> **Task item**
Your answer should be every line below that includes the word "revolve".
++++ Data supplied
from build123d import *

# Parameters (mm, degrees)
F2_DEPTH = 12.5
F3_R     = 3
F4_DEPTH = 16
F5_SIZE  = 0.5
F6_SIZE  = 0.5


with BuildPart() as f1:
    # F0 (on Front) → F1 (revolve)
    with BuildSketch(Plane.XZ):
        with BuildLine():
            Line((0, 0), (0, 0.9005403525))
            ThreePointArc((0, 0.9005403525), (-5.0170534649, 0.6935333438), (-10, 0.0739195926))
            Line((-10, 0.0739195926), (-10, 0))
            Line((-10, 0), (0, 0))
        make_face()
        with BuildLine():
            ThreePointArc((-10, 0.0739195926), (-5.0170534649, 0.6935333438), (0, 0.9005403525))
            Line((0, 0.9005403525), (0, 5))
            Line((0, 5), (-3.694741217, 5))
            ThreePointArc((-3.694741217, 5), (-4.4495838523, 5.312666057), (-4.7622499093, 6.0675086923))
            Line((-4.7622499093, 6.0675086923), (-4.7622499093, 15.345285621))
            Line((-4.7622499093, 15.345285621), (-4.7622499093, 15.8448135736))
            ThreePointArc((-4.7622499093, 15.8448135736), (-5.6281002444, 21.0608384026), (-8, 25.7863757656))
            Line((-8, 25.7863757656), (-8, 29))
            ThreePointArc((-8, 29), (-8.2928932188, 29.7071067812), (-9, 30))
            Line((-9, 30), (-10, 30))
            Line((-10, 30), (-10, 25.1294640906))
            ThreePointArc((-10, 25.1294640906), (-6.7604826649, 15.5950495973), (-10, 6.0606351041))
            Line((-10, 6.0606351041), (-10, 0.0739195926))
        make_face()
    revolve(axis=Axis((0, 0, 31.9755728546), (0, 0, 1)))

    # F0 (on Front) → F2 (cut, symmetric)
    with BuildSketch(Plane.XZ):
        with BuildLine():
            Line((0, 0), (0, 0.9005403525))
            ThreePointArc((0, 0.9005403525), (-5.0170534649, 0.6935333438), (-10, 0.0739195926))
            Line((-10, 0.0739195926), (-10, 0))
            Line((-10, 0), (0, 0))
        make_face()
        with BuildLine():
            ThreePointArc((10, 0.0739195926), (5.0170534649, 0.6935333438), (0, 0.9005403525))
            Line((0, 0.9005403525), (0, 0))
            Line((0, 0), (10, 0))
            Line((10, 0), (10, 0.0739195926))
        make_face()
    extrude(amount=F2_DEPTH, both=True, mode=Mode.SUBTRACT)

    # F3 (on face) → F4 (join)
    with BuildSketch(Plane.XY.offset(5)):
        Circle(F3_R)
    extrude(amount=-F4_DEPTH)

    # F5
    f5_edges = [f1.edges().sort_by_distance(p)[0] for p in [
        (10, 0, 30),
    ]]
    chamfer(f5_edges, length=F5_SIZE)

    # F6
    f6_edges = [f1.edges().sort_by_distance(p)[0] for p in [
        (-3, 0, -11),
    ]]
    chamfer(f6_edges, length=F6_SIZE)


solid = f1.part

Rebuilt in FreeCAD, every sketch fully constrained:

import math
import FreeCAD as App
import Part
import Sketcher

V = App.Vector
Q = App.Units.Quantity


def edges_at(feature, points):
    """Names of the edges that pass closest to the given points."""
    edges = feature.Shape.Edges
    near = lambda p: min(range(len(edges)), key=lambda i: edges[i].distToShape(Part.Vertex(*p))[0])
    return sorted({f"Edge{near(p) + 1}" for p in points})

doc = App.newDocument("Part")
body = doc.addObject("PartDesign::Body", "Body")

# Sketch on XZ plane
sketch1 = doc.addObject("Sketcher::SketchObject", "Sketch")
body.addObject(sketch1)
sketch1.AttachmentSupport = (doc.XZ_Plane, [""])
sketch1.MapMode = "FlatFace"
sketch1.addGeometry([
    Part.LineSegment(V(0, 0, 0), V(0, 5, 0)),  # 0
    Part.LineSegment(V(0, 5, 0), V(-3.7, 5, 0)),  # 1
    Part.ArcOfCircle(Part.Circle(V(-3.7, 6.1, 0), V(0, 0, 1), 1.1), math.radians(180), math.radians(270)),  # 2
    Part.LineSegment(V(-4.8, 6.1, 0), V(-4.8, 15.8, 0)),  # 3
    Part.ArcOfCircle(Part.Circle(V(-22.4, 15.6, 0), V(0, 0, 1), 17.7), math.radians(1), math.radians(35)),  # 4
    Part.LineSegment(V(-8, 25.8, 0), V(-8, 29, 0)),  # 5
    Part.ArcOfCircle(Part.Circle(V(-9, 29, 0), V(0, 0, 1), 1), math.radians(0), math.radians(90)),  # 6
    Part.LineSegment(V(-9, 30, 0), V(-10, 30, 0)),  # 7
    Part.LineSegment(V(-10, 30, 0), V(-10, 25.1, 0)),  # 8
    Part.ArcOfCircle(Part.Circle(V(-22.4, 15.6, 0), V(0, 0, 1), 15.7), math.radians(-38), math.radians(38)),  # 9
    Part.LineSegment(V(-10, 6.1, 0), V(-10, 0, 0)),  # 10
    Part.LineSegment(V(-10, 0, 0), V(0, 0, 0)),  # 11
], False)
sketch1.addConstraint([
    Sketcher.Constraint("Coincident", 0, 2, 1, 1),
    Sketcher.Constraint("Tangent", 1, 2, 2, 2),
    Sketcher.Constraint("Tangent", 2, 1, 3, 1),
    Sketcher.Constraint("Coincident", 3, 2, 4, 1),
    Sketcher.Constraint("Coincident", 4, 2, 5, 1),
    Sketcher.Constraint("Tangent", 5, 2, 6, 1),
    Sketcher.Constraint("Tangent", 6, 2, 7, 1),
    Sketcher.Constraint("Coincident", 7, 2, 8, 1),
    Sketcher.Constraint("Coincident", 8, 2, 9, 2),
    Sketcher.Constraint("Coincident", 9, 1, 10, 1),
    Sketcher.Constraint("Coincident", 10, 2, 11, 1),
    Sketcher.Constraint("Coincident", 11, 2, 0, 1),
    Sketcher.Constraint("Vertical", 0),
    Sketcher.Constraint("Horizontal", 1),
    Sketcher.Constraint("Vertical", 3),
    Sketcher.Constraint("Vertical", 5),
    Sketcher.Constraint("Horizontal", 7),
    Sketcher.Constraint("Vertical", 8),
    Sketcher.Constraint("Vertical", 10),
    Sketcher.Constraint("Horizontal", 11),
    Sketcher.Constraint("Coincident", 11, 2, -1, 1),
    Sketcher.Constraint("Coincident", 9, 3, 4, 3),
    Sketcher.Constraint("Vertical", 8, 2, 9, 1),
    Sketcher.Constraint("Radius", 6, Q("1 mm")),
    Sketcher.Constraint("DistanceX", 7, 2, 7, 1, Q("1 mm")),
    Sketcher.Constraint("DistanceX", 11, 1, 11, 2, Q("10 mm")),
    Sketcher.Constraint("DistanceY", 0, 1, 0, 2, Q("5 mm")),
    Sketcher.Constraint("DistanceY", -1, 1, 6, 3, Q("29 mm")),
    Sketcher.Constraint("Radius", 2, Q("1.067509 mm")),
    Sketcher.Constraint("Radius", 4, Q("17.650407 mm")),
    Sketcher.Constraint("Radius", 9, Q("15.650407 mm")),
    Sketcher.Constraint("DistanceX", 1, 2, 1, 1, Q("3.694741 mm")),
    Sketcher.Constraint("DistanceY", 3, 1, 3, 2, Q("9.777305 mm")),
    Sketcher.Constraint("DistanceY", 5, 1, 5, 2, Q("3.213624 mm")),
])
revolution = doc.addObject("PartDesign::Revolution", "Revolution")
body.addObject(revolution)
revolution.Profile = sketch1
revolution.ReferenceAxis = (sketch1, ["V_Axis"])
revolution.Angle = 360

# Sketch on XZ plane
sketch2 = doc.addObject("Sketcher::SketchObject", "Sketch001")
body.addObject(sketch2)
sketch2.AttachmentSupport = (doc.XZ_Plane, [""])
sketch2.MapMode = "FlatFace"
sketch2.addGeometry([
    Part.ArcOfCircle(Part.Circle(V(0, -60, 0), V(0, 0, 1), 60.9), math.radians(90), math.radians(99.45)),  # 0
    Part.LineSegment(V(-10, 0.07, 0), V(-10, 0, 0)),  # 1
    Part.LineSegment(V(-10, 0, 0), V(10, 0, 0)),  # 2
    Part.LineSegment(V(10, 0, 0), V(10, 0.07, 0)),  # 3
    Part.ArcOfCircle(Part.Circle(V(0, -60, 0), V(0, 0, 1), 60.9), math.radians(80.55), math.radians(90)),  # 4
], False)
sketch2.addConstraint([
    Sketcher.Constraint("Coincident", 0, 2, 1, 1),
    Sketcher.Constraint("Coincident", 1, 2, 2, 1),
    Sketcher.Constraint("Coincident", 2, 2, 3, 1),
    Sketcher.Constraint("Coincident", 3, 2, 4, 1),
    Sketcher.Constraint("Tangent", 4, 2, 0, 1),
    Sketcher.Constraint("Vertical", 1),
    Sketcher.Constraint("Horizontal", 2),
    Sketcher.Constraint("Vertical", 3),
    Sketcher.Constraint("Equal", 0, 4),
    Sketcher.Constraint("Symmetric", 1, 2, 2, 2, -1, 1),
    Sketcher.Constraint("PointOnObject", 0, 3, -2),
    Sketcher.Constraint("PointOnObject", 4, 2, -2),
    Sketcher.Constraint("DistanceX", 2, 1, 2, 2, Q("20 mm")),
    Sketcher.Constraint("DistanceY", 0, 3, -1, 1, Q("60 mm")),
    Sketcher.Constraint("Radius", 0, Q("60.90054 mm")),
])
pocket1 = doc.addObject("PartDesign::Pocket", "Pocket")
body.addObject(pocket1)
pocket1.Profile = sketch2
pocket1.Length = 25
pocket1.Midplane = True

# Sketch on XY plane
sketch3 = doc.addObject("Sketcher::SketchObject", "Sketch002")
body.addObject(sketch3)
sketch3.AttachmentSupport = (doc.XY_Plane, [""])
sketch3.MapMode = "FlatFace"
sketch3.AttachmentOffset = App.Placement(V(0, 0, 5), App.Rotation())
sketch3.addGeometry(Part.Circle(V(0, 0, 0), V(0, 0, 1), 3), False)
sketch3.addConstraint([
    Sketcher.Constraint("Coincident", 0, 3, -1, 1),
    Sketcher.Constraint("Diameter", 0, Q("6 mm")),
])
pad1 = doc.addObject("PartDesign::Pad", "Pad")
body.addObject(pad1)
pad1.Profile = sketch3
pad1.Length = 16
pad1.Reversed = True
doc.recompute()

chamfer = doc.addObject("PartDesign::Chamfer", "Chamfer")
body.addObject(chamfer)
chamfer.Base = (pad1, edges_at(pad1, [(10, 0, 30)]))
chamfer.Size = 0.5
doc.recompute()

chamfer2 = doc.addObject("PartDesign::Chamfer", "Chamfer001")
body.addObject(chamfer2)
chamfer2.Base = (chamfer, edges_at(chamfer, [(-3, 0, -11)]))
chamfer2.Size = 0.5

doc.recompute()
++++++++
++++ Data supplied
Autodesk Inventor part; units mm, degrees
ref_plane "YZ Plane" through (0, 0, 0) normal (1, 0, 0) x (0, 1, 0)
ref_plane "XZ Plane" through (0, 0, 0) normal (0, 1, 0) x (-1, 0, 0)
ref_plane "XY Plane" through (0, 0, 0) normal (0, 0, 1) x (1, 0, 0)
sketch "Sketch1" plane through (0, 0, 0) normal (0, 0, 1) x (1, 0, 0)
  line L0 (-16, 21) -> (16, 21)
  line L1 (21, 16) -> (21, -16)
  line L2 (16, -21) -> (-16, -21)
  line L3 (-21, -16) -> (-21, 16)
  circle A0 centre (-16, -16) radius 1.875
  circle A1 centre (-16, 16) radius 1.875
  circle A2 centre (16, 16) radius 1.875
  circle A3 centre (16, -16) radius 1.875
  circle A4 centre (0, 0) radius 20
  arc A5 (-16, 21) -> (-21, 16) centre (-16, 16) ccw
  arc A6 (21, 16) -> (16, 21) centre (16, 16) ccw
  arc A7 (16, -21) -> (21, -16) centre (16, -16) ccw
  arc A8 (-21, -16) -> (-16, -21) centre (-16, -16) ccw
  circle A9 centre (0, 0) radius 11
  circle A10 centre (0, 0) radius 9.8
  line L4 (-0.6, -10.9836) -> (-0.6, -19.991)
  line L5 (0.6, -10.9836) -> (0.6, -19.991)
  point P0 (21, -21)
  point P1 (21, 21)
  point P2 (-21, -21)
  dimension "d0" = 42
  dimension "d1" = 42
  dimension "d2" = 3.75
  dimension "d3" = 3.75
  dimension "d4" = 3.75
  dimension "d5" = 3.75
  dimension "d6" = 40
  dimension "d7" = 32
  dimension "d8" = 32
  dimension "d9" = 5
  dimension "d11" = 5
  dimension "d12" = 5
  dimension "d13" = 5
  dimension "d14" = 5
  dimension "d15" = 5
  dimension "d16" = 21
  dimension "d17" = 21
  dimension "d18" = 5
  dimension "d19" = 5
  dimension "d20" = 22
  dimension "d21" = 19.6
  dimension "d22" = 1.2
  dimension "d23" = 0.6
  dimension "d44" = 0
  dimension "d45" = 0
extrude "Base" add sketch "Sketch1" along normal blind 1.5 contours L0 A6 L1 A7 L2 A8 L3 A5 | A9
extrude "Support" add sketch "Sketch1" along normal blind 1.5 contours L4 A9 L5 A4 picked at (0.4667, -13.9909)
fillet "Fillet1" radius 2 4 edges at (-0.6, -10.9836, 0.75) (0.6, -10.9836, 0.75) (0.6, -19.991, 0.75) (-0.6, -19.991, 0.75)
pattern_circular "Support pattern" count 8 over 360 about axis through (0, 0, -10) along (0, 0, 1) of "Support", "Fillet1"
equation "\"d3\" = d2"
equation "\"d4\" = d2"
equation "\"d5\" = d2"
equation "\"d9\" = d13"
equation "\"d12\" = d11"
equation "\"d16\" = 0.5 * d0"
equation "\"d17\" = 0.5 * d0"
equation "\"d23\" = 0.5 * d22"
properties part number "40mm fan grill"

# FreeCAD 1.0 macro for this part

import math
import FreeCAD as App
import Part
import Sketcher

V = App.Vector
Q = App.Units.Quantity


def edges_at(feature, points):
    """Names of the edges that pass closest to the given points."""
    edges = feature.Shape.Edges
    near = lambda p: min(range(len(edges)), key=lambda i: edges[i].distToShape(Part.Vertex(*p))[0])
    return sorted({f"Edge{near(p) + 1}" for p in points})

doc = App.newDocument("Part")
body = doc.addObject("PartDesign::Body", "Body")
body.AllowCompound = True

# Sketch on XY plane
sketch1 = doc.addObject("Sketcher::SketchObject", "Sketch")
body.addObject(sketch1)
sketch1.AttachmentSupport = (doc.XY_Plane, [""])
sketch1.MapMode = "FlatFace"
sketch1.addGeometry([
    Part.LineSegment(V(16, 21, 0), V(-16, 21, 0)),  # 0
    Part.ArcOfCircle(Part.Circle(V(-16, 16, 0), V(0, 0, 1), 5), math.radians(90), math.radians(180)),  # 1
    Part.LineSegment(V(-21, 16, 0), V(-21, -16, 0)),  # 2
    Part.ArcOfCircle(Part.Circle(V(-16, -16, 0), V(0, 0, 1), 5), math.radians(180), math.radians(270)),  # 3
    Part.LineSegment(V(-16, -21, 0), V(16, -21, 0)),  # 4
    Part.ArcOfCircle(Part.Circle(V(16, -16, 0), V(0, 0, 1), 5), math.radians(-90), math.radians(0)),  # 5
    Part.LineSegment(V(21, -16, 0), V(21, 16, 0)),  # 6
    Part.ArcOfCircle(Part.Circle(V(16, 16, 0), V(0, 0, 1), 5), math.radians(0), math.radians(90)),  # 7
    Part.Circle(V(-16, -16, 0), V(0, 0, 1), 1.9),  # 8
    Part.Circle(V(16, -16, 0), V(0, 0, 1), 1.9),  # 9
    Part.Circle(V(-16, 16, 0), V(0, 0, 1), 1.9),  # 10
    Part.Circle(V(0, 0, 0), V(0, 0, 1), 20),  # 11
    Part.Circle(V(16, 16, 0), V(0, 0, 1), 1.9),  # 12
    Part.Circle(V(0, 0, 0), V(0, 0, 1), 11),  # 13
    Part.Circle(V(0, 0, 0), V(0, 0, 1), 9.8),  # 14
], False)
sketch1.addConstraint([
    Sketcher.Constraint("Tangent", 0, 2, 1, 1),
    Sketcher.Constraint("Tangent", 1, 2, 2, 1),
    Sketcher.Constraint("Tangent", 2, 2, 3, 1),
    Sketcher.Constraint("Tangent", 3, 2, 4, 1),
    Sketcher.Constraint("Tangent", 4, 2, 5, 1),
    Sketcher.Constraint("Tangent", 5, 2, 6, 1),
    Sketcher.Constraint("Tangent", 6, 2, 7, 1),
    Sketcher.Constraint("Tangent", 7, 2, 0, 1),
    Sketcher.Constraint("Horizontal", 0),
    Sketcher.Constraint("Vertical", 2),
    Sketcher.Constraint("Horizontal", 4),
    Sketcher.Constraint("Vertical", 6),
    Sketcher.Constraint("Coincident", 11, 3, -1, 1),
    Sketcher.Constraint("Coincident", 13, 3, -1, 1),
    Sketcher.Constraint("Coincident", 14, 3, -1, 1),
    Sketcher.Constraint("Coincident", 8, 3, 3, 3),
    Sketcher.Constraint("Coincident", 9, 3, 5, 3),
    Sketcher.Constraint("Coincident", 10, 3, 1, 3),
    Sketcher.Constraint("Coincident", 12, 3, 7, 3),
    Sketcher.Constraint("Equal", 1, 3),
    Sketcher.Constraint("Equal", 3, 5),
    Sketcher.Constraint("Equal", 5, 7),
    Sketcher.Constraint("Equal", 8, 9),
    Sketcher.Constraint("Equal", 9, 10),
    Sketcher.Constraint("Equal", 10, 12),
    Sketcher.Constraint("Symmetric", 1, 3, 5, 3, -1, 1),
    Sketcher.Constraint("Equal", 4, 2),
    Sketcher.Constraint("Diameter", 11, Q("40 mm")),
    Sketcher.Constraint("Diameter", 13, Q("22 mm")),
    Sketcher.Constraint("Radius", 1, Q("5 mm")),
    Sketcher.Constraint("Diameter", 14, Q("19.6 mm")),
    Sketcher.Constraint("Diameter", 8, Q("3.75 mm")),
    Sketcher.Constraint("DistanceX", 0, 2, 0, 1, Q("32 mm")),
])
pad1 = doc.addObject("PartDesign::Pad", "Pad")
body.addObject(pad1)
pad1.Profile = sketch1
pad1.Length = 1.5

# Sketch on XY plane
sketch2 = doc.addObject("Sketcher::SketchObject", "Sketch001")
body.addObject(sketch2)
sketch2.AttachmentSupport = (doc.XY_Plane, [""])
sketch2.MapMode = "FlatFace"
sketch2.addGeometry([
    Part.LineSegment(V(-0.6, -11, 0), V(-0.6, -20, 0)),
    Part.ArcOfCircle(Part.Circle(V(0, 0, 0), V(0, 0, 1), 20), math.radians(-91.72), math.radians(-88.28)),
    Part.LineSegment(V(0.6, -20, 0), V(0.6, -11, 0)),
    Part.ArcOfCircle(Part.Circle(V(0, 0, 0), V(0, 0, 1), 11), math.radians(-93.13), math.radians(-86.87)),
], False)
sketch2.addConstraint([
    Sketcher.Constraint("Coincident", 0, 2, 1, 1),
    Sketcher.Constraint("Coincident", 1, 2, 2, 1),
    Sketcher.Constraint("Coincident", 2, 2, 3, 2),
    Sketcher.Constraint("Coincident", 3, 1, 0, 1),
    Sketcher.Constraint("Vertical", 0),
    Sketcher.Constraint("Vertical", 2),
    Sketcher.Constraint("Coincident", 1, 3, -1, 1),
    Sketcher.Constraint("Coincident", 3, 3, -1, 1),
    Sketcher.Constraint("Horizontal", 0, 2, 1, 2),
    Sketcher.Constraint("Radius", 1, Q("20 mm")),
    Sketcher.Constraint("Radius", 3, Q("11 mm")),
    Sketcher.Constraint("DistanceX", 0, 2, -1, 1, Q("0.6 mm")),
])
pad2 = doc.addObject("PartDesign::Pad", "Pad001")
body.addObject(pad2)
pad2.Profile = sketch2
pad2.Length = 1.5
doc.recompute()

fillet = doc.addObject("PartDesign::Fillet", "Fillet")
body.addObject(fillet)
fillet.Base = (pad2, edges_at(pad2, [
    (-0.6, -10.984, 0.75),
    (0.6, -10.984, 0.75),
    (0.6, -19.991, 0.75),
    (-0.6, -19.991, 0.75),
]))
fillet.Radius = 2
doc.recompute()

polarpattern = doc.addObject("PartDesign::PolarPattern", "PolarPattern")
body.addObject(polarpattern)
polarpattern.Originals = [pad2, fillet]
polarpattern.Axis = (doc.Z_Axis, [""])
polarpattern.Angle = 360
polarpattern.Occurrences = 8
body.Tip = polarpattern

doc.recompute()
++++++++
> **Written solution**
    # F0 (on Front) → F1 (revolve)
    revolve(axis=Axis((0, 0, 31.9755728546), (0, 0, 1)))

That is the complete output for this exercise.